* Instructions for the task
The required output is the lines below from the line containing "#402=ORIENTED_EDGE('',*,*,#401,.T.);" to the line containing "#456=FACE_BOUND('',#455,.T.);", inclusive, retyped exactly. No other lines belong in it.

Dataset entries:
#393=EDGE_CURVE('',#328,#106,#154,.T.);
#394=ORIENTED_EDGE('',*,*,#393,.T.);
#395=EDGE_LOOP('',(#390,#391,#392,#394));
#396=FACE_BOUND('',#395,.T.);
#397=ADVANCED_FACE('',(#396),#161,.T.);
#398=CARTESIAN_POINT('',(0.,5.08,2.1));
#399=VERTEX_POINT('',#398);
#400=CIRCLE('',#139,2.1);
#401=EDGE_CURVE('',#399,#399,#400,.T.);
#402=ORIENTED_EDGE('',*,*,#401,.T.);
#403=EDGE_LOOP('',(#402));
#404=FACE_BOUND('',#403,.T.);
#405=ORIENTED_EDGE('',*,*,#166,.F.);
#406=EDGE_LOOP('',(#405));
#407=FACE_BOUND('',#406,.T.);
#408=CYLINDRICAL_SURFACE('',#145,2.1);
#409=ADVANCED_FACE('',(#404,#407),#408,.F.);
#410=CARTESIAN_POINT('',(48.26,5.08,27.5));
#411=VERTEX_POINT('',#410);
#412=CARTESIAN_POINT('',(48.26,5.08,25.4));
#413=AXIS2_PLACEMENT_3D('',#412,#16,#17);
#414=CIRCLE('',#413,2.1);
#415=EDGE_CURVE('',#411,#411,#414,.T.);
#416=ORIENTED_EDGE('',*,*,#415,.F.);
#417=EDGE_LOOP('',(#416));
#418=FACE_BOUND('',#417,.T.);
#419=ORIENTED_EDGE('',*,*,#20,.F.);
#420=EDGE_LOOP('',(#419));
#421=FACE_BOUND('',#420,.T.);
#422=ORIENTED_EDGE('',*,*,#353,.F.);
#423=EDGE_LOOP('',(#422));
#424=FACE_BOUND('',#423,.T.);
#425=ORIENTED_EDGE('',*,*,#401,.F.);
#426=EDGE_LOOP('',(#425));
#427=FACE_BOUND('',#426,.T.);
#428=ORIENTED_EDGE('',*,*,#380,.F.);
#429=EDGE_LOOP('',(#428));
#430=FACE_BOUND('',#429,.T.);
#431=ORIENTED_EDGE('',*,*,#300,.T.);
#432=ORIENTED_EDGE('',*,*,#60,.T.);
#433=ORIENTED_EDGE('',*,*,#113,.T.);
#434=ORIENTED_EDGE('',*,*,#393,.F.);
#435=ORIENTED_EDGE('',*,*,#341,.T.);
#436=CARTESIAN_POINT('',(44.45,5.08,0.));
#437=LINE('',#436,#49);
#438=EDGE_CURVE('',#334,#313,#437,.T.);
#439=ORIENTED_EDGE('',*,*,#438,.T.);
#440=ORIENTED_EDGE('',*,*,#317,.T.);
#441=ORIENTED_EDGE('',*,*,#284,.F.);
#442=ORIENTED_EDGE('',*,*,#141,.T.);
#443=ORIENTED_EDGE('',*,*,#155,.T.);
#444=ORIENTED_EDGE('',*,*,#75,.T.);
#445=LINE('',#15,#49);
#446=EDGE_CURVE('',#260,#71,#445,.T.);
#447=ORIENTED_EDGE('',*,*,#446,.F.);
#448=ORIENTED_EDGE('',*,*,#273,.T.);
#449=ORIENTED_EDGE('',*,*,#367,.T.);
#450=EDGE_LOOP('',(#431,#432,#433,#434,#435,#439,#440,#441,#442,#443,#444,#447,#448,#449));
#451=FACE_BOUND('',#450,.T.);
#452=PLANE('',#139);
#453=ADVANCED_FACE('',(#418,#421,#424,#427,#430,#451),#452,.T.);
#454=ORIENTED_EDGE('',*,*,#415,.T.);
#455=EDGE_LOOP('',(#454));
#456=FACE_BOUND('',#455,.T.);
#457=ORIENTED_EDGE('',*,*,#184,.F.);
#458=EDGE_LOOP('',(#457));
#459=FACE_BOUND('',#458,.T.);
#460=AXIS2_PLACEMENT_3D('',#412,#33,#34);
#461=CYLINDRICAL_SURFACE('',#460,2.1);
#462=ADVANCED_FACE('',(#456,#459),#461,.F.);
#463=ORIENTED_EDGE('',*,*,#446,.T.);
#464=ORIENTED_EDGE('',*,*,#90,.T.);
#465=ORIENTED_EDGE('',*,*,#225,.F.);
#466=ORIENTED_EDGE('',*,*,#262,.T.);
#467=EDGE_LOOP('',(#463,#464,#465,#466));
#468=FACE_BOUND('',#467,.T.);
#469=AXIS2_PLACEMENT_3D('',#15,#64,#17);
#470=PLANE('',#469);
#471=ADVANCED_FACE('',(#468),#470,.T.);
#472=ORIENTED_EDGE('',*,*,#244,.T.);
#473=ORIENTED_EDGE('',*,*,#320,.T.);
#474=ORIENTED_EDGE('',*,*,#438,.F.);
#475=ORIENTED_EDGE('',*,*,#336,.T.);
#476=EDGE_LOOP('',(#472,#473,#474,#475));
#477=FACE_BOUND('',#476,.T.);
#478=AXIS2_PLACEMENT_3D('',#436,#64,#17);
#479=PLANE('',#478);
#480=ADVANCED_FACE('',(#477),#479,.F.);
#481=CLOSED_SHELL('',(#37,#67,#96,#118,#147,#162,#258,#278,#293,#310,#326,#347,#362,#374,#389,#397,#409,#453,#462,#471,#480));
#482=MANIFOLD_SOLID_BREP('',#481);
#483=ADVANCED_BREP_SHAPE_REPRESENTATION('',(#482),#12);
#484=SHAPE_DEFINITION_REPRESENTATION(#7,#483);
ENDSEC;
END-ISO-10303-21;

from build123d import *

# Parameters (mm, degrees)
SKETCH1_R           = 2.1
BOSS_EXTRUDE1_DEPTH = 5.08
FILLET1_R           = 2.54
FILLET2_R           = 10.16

* Result of the exercise
#402=ORIENTED_EDGE('',*,*,#401,.T.);
#403=EDGE_LOOP('',(#402));
#404=FACE_BOUND('',#403,.T.);
#405=ORIENTED_EDGE('',*,*,#166,.F.);
#406=EDGE_LOOP('',(#405));
#407=FACE_BOUND('',#406,.T.);
#408=CYLINDRICAL_SURFACE('',#145,2.1);
#409=ADVANCED_FACE('',(#404,#407),#408,.F.);
#410=CARTESIAN_POINT('',(48.26,5.08,27.5));
#411=VERTEX_POINT('',#410);
#412=CARTESIAN_POINT('',(48.26,5.08,25.4));
#413=AXIS2_PLACEMENT_3D('',#412,#16,#17);
#414=CIRCLE('',#413,2.1);
#415=EDGE_CURVE('',#411,#411,#414,.T.);
#416=ORIENTED_EDGE('',*,*,#415,.F.);
#417=EDGE_LOOP('',(#416));
#418=FACE_BOUND('',#417,.T.);
#419=ORIENTED_EDGE('',*,*,#20,.F.);
#420=EDGE_LOOP('',(#419));
#421=FACE_BOUND('',#420,.T.);
#422=ORIENTED_EDGE('',*,*,#353,.F.);
#423=EDGE_LOOP('',(#422));
#424=FACE_BOUND('',#423,.T.);
#425=ORIENTED_EDGE('',*,*,#401,.F.);
#426=EDGE_LOOP('',(#425));
#427=FACE_BOUND('',#426,.T.);
#428=ORIENTED_EDGE('',*,*,#380,.F.);
#429=EDGE_LOOP('',(#428));
#430=FACE_BOUND('',#429,.T.);
#431=ORIENTED_EDGE('',*,*,#300,.T.);
#432=ORIENTED_EDGE('',*,*,#60,.T.);
#433=ORIENTED_EDGE('',*,*,#113,.T.);
#434=ORIENTED_EDGE('',*,*,#393,.F.);
#435=ORIENTED_EDGE('',*,*,#341,.T.);
#436=CARTESIAN_POINT('',(44.45,5.08,0.));
#437=LINE('',#436,#49);
#438=EDGE_CURVE('',#334,#313,#437,.T.);
#439=ORIENTED_EDGE('',*,*,#438,.T.);
#440=ORIENTED_EDGE('',*,*,#317,.T.);
#441=ORIENTED_EDGE('',*,*,#284,.F.);
#442=ORIENTED_EDGE('',*,*,#141,.T.);
#443=ORIENTED_EDGE('',*,*,#155,.T.);
#444=ORIENTED_EDGE('',*,*,#75,.T.);
#445=LINE('',#15,#49);
#446=EDGE_CURVE('',#260,#71,#445,.T.);
#447=ORIENTED_EDGE('',*,*,#446,.F.);
#448=ORIENTED_EDGE('',*,*,#273,.T.);
#449=ORIENTED_EDGE('',*,*,#367,.T.);
#450=EDGE_LOOP('',(#431,#432,#433,#434,#435,#439,#440,#441,#442,#443,#444,#447,#448,#449));
#451=FACE_BOUND('',#450,.T.);
#452=PLANE('',#139);
#453=ADVANCED_FACE('',(#418,#421,#424,#427,#430,#451),#452,.T.);
#454=ORIENTED_EDGE('',*,*,#415,.T.);
#455=EDGE_LOOP('',(#454));
#456=FACE_BOUND('',#455,.T.);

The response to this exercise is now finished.